In an extraordinary move, the Food and Drug Administration had urged Pfizer and its partner BioNTech to apply earlier than the companies had planned.
The nation's 19 million children under 5 are the only group not yet eligible for vaccination against the coronavirus. Many parents have been pushing for an expansion of shots to toddlers and preschoolers, especially as the omicron wave sent record numbers of youngsters to the hospital.
If the FDA agrees, Pfizer shots containing just one-tenth of the dose given to adults could be dispensed to children as young as 6 months. Pfizer said Tuesday it had started submitting its data to the FDA and expects to complete the process in a few days.
An open question is how many shots those youngsters will need.
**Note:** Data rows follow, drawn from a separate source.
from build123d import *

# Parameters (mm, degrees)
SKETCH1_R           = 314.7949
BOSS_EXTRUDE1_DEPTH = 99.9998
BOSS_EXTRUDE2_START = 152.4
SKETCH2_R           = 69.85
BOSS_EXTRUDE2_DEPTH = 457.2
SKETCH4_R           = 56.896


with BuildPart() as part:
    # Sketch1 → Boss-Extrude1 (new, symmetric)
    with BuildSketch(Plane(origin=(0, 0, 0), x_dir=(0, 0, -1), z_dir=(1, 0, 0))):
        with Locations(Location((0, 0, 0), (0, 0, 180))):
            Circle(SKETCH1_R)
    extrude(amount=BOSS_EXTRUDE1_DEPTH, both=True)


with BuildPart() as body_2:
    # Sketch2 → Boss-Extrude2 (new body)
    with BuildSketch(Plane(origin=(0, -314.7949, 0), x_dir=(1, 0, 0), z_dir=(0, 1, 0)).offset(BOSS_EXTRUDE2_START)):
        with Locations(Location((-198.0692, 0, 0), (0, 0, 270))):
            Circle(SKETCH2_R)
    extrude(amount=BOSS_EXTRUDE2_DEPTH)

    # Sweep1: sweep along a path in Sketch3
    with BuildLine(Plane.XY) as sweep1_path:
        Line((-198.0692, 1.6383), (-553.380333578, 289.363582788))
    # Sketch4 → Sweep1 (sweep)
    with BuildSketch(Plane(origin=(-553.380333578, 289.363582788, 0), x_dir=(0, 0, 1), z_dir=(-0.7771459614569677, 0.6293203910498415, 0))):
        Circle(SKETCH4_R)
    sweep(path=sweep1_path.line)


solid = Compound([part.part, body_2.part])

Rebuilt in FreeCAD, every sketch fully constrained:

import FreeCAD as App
import Part
import Sketcher
Q = App.Units.Quantity

doc = App.newDocument("Part")
params = doc.addObject("Spreadsheet::Sheet", "Params")
for row, (alias, value) in enumerate([
    ("sketch1_diameter", "24.787 in"),
    ("pad1_length", "7.874 in"),
    ("sketch2_diameter", "5.5 in"),
    ("pad2_length", "18 in"),
    ("sketch3_diameter", "4.48 in"),
    ("sketch4_width", "18 in"),
], start=1):
    params.set(f"A{row}", alias)
    params.set(f"B{row}", "=" + value)
    params.setAlias(f"B{row}", alias)

body = doc.addObject("PartDesign::Body", "Body")

sketch1 = body.newObject("Sketcher::SketchObject", "Sketch")
sketch1.AttachmentSupport = (doc.getObject("YZ_Plane"), [""])
sketch1.MapMode = "FlatFace"
sketch1.addGeometry(Part.Circle(App.Vector(0, 0, 0), App.Vector(0, 0, 1), 315), False)
sketch1.addConstraint([
    Sketcher.Constraint("Coincident", 0, 3, -1, 1),
    Sketcher.Constraint("Diameter", 0, Q("24.787 in")),
])
sketch1.setExpression("Constraints[1]", "Params.sketch1_diameter")
pad1 = body.newObject("PartDesign::Pad", "Pad")
pad1.Profile = sketch1
pad1.setExpression("Length", "Params.pad1_length")
pad1.Midplane = True
body2 = doc.addObject("PartDesign::Body", "Body001")

sketch2 = body2.newObject("Sketcher::SketchObject", "Sketch001")
sketch2.AttachmentSupport = (doc.getObject("XZ_Plane001"), [""])
sketch2.MapMode = "FlatFace"
sketch2.AttachmentOffset = App.Placement(App.Vector(0, 0, 6.3935 * 25.4), App.Rotation())
sketch2.addGeometry(Part.Circle(App.Vector(-198, 0, 0), App.Vector(0, 0, 1), 70), False)
sketch2.addConstraint([
    Sketcher.Constraint("PointOnObject", 0, 3, -1),
    Sketcher.Constraint("Diameter", 0, Q("5.5 in")),
    Sketcher.Constraint("DistanceX", 0, 3, -1, 1, Q("7.798 in")),
])
sketch2.setExpression("Constraints[1]", "Params.sketch2_diameter")
pad2 = body2.newObject("PartDesign::Pad", "Pad001")
pad2.Profile = sketch2
pad2.setExpression("Length", "Params.pad2_length")
pad2.Reversed = True

sketch3 = body2.newObject("Sketcher::SketchObject", "Sketch002")
sketch3.Placement = App.Placement(App.Vector(-553.380334, 289.363583, 0), App.Rotation(App.Vector(0, 0, 1), App.Vector(0.629320391, 0.777145961, 0), App.Vector(-0.777145961, 0.629320391, 0), "ZXY"))
sketch3.addGeometry(Part.Circle(App.Vector(0, 0, 0), App.Vector(0, 0, 1), 57), False)
sketch3.addConstraint([
    Sketcher.Constraint("Coincident", 0, 3, -1, 1),
    Sketcher.Constraint("Diameter", 0, Q("4.48 in")),
])
sketch3.setExpression("Constraints[1]", "Params.sketch3_diameter")

sketch4 = body2.newObject("Sketcher::SketchObject", "Sketch003")
sketch4.Placement = App.Placement(App.Vector(-77.642899, -95.880996, 0), App.Rotation(App.Vector(-0.777145961, 0.629320391, 0), App.Vector(0, 0, 0.999999999), App.Vector(0.629320391, 0.777145961, 0), "ZXY"))
sketch4.addGeometry(Part.LineSegment(App.Vector(155, 0, 0), App.Vector(612, 0, 0)), False)
sketch4.addConstraint([
    Sketcher.Constraint("Horizontal", 0),
    Sketcher.Constraint("PointOnObject", 0, 1, -1),
    Sketcher.Constraint("DistanceX", 0, 1, 0, 2, Q("18 in")),
    Sketcher.Constraint("DistanceX", -1, 1, 0, 1, Q("154.959694 mm")),
])
sketch4.setExpression("Constraints[2]", "Params.sketch4_width")
doc.recompute()

additivepipe = body2.newObject("PartDesign::AdditivePipe", "AdditivePipe")
additivepipe.Profile = sketch3
additivepipe.Spine = (sketch4, ["Edge1"])

doc.recompute()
Pfizer is testing three shots after two of the extra-low doses turned out to be strong enough for babies but not for preschoolers, and the final data from the study isn't expected until late March.
That means the FDA may consider whether to authorize two shots for now, with potentially a third shot being cleared later if the study supports it.
The FDA said Tuesday it will convene a panel of independent researchers and physicians in mid-February to help review the Pfizer data. The agency isn't required to follow the panelists' advice but their input is a key step in publicly vetting vaccine safety and effectiveness.